In an ongoing series of posts on the EMiC blog, we’ll be talking about where we are now, how EMiC helped us get here, and how we view the relationship between digital humanities scholarship/training and the #alt-ac and #post-ac tracks. But to get us started, I’d like to feature an article by one of my #alt-ac icons, Katina Rogers, who started out as a PhD in Comparative Literature at the University of Boulder, and is now the Managing Editor of MLA Commons, the MLA’s alternative digital press and scholarly network. You might already know it, or its sister MediaCommons, started by Kathleen Fitzpatrick and the home of Bethany Nowviskie’s #Alt-Academy project. In her recent essay for #Alt-Academy, “Discerning Unexpected Paths,” Katina explores her own journey into the #alt-ac world, and her work with the Scholarly Communications Initiative in analyzing how others like me have ended up there with her. As Katina notes, “The problem with signposts on the alternative academic track is that they aren’t where you expect them to be,” which makes the journey both exciting and unpredictable. Instead of the straight line from PhD to t-t, moving onto the #alt-ac track looks rather more like the social network graph above. You can read the entirety of Katina’s essay here, and keep your eye on this space for discussions of the unexpected paths taken by EMiC fellows past and present.
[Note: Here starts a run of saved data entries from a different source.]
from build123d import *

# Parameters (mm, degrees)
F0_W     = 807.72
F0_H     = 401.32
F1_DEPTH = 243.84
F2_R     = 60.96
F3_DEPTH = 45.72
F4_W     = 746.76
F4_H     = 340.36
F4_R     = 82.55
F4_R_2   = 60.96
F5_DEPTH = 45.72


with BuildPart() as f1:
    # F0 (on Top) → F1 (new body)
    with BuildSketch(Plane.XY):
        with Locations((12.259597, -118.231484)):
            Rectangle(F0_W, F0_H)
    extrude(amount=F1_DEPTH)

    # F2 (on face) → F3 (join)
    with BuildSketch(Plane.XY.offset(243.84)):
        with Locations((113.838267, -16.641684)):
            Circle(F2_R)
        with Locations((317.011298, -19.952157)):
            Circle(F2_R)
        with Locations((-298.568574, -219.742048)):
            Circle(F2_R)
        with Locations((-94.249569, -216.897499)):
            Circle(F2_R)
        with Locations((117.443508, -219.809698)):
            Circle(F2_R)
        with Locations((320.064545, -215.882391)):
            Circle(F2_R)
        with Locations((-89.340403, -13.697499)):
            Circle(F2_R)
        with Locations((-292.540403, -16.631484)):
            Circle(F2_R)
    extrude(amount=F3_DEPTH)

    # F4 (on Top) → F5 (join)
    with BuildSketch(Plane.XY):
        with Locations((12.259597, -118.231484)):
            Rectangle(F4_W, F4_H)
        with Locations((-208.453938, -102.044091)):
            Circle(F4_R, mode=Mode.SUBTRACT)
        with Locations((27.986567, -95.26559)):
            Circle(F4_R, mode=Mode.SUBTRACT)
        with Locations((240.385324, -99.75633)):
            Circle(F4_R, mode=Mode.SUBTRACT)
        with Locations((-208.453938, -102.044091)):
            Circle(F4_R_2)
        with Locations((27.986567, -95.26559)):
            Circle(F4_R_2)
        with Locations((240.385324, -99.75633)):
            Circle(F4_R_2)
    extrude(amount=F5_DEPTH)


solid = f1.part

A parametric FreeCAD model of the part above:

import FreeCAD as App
import Part
import Sketcher

V = App.Vector
Q = App.Units.Quantity


def add_polygon(sketch, points):
    """Adds a closed chain of lines whose ends are joined by coincident constraints."""
    first, n = sketch.GeometryCount, len(points)
    for a, b in zip(points, points[1:] + points[:1]):
        sketch.addGeometry(Part.LineSegment(App.Vector(*a, 0), App.Vector(*b, 0)), False)
    for i in range(n):
        sketch.addConstraint(Sketcher.Constraint("Coincident", first + i, 2, first + (i + 1) % n, 1))

doc = App.newDocument("Part")
params = doc.addObject("Spreadsheet::Sheet", "Params")
for row, (alias, value) in enumerate([
    ("sketch1_width", "31.8 in"),
    ("sketch1_height", "15.8 in"),
    ("pad1_length", "9.6 in"),
    ("sketch2_diameter", "4.8 in"),
    ("pad2_length", "1.8 in"),
    ("sketch3_diameter", "6.5 in"),
    ("sketch3_diameter2", "4.8 in"),
    ("sketch3_width", "29.4 in"),
    ("sketch3_height", "13.4 in"),
    ("pad3_length", "1.8 in"),
], start=1):
    params.set(f"A{row}", alias)
    params.set(f"B{row}", "=" + value)
    params.setAlias(f"B{row}", alias)

body = doc.addObject("PartDesign::Body", "Body")

# Sketch on XY plane
sketch1 = doc.addObject("Sketcher::SketchObject", "Sketch")
body.addObject(sketch1)
sketch1.AttachmentSupport = (doc.XY_Plane, [""])
sketch1.MapMode = "FlatFace"
add_polygon(sketch1, [(-392, 82), (-392, -319), (416, -319), (416, 82)])  # lines 0-3
sketch1.addConstraint(Sketcher.Constraint("Vertical", 0))
sketch1.addConstraint(Sketcher.Constraint("Horizontal", 1))
sketch1.addConstraint(Sketcher.Constraint("Vertical", 2))
sketch1.addConstraint(Sketcher.Constraint("Horizontal", 3))
sketch1.addConstraint(Sketcher.Constraint("DistanceX", 1, 1, 1, 2, Q("31.8 in")))
sketch1.addConstraint(Sketcher.Constraint("DistanceY", 0, 2, 0, 1, Q("15.8 in")))
sketch1.addConstraint(Sketcher.Constraint("DistanceX", 0, 2, -1, 1, 391.600403))
sketch1.addConstraint(Sketcher.Constraint("DistanceY", 0, 2, -1, 1, 318.891484))
sketch1.setExpression("Constraints[8]", "Params.sketch1_width")
sketch1.setExpression("Constraints[9]", "Params.sketch1_height")
pad1 = doc.addObject("PartDesign::Pad", "Pad")
body.addObject(pad1)
pad1.Profile = sketch1
pad1.setExpression("Length", "Params.pad1_length")

# Sketch on XY plane
sketch2 = doc.addObject("Sketcher::SketchObject", "Sketch001")
body.addObject(sketch2)
sketch2.AttachmentSupport = (doc.XY_Plane, [""])
sketch2.MapMode = "FlatFace"
sketch2.AttachmentOffset = App.Placement(V(0, 0, 9.6 * 25.4), App.Rotation())
sketch2.addGeometry(Part.Circle(V(114, -17, 0), V(0, 0, 1), 61), False)
sketch2.addGeometry(Part.Circle(V(317, -20, 0), V(0, 0, 1), 61), False)
sketch2.addGeometry(Part.Circle(V(-299, -220, 0), V(0, 0, 1), 61), False)
sketch2.addGeometry(Part.Circle(V(-94, -217, 0), V(0, 0, 1), 61), False)
sketch2.addGeometry(Part.Circle(V(117, -220, 0), V(0, 0, 1), 61), False)
sketch2.addGeometry(Part.Circle(V(320, -216, 0), V(0, 0, 1), 61), False)
sketch2.addGeometry(Part.Circle(V(-89, -14, 0), V(0, 0, 1), 61), False)
sketch2.addGeometry(Part.Circle(V(-293, -17, 0), V(0, 0, 1), 61), False)
sketch2.addConstraint(Sketcher.Constraint("Equal", 0, 1))
sketch2.addConstraint(Sketcher.Constraint("Equal", 1, 2))
sketch2.addConstraint(Sketcher.Constraint("Equal", 2, 3))
sketch2.addConstraint(Sketcher.Constraint("Equal", 3, 4))
sketch2.addConstraint(Sketcher.Constraint("Equal", 4, 5))
sketch2.addConstraint(Sketcher.Constraint("Equal", 5, 6))
sketch2.addConstraint(Sketcher.Constraint("Equal", 6, 7))
sketch2.addConstraint(Sketcher.Constraint("Diameter", 0, Q("4.8 in")))
sketch2.addConstraint(Sketcher.Constraint("DistanceY", 3, 3, 6, 3, Q("8 in")))
sketch2.addConstraint(Sketcher.Constraint("DistanceX", 7, 3, 6, 3, Q("8 in")))
sketch2.addConstraint(Sketcher.Constraint("DistanceX", -1, 1, 1, 3, 317.011298))
sketch2.addConstraint(Sketcher.Constraint("DistanceY", 3, 3, -1, 1, 216.897499))
sketch2.addConstraint(Sketcher.Constraint("DistanceY", 4, 3, -1, 1, 219.809698))
sketch2.addConstraint(Sketcher.Constraint("DistanceX", 6, 3, 1, 3, 406.351701))
sketch2.addConstraint(Sketcher.Constraint("DistanceY", 0, 3, 7, 3, 0.0102))
sketch2.addConstraint(Sketcher.Constraint("DistanceY", 2, 3, -1, 1, 219.742048))
sketch2.addConstraint(Sketcher.Constraint("DistanceX", 3, 3, -1, 1, 94.249569))
sketch2.addConstraint(Sketcher.Constraint("DistanceY", 5, 3, -1, 1, 215.882391))
sketch2.addConstraint(Sketcher.Constraint("DistanceX", 0, 3, 1, 3, 203.173031))
sketch2.addConstraint(Sketcher.Constraint("DistanceX", 2, 3, 0, 3, 412.406841))
sketch2.addConstraint(Sketcher.Constraint("DistanceY", 2, 3, 1, 3, 199.789891))
sketch2.addConstraint(Sketcher.Constraint("DistanceX", 0, 3, 4, 3, 3.605241))
sketch2.addConstraint(Sketcher.Constraint("DistanceX", 0, 3, 5, 3, 206.226278))
sketch2.addConstraint(Sketcher.Constraint("DistanceY", 0, 3, -1, 1, 16.641684))
sketch2.setExpression("Constraints[7]", "Params.sketch2_diameter")
pad2 = doc.addObject("PartDesign::Pad", "Pad001")
body.addObject(pad2)
pad2.Profile = sketch2
pad2.setExpression("Length", "Params.pad2_length")

# Sketch on XY plane
sketch3 = doc.addObject("Sketcher::SketchObject", "Sketch002")
body.addObject(sketch3)
sketch3.AttachmentSupport = (doc.XY_Plane, [""])
sketch3.MapMode = "FlatFace"
add_polygon(sketch3, [(-361, 52), (-361, -288), (386, -288), (386, 52)])  # lines 0-3
sketch3.addGeometry(Part.Circle(V(-208, -102, 0), V(0, 0, 1), 83), False)  # 4
sketch3.addGeometry(Part.Circle(V(240, -100, 0), V(0, 0, 1), 83), False)  # 5
sketch3.addGeometry(Part.Circle(V(28, -95, 0), V(0, 0, 1), 83), False)  # 6
sketch3.addGeometry(Part.Circle(V(-208, -102, 0), V(0, 0, 1), 61), False)  # 7
sketch3.addGeometry(Part.Circle(V(28, -95, 0), V(0, 0, 1), 61), False)  # 8
sketch3.addGeometry(Part.Circle(V(240, -100, 0), V(0, 0, 1), 61), False)  # 9
sketch3.addConstraint(Sketcher.Constraint("Vertical", 0))
sketch3.addConstraint(Sketcher.Constraint("Horizontal", 1))
sketch3.addConstraint(Sketcher.Constraint("Vertical", 2))
sketch3.addConstraint(Sketcher.Constraint("Horizontal", 3))
sketch3.addConstraint(Sketcher.Constraint("Coincident", 7, 3, 4, 3))
sketch3.addConstraint(Sketcher.Constraint("Coincident", 8, 3, 6, 3))
sketch3.addConstraint(Sketcher.Constraint("Coincident", 9, 3, 5, 3))
sketch3.addConstraint(Sketcher.Constraint("Equal", 4, 5))
sketch3.addConstraint(Sketcher.Constraint("Equal", 5, 6))
sketch3.addConstraint(Sketcher.Constraint("Equal", 7, 8))
sketch3.addConstraint(Sketcher.Constraint("Equal", 8, 9))
sketch3.addConstraint(Sketcher.Constraint("Diameter", 4, Q("6.5 in")))
sketch3.addConstraint(Sketcher.Constraint("Diameter", 7, Q("4.8 in")))
sketch3.addConstraint(Sketcher.Constraint("DistanceX", 1, 1, 1, 2, Q("29.4 in")))
sketch3.addConstraint(Sketcher.Constraint("DistanceY", 0, 2, 0, 1, Q("13.4 in")))
sketch3.addConstraint(Sketcher.Constraint("DistanceY", 4, 3, 6, 3, 6.778501))
sketch3.addConstraint(Sketcher.Constraint("DistanceX", 4, 3, -1, 1, 208.453938))
sketch3.addConstraint(Sketcher.Constraint("DistanceY", 4, 3, -1, 1, 102.044091))
sketch3.addConstraint(Sketcher.Constraint("DistanceY", 5, 3, -1, 1, 99.75633))
sketch3.addConstraint(Sketcher.Constraint("DistanceX", 4, 3, 5, 3, 448.839262))
sketch3.addConstraint(Sketcher.Constraint("DistanceX", 0, 2, 6, 3, 389.10697))
sketch3.addConstraint(Sketcher.Constraint("DistanceX", -1, 1, 6, 3, 27.986567))
sketch3.addConstraint(Sketcher.Constraint("DistanceY", 0, 2, -1, 1, 288.411484))
sketch3.setExpression("Constraints[15]", "Params.sketch3_diameter")
sketch3.setExpression("Constraints[16]", "Params.sketch3_diameter2")
sketch3.setExpression("Constraints[17]", "Params.sketch3_width")
sketch3.setExpression("Constraints[18]", "Params.sketch3_height")
pad3 = doc.addObject("PartDesign::Pad", "Pad002")
body.addObject(pad3)
pad3.Profile = sketch3
pad3.setExpression("Length", "Params.pad3_length")

doc.recompute()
2 Responses to “Looking for Signposts”

  1. Kailin Wright says:

    Thanks for the enlightening post, Melissa! Do you have any suggestions for how English Graduate programs can better prepare students for alt-ac positions. In my experience, there can be a real tunnel vision in PhD programs wherein a tenure-track job seems like the privileged goal and anything else is a lesser position to be discussed in hushed tones. I think that posts like yours are a good step in the direction of helping change these attitudes.

  2. Melissa Dalgleish says:

    I think doing away with the “hushed tones,” as you say, is perhaps the most important first step. Let’s talk about it! For people who base their life’s work on data and analysis, many academics don’t much like the real numbers when it comes to what PhDs do after academia. Roughly 50% of people never finish the degree, which many don’t know and which signals that the current system isn’t serving some people well. Depending on the field, about the same number who do finish end up in non-academic jobs. Working to create a culture in which professors openly acknowledge that their students will be following diverse career paths, and that the university has an ethical responsibility to provide graduate students with some of the skills they’ll need to pursue those paths, is imperative.

    Now that I’m on the other side of the fence, I realize that a culture of openness can do as much, if not more, than creating new resources. We have a stunning array of professional and transferable skills programming available to graduate students on campus, as we do opportunities–like the Mitacs internship program, various faculty RA positions, and non-traditional TAships like working in the writing centre–that can help students develop valuable skills in communication, translating research into impact, writing pedagogy, and a whole host of other soft and technical skills. And they’re underutilized. I blame this on a culture that keeps professors from telling their students about these opportunities, because students headed for the tenure-track don’t need transferable skills, and that keeps students feeling like their commitment to the ideal of the tenure-track is constantly being policed, which makes it unsafe to do anything other than teach, write, publish, and conference.

    TL;DR, fostering this culture of openness and revealing some of the many fascinating and challenging non-professorial careers that graduate study can lead to, and that DH may facilitate the transition into a bit more easily than traditional humanities study, is the primary reason I’m curating this series of posts.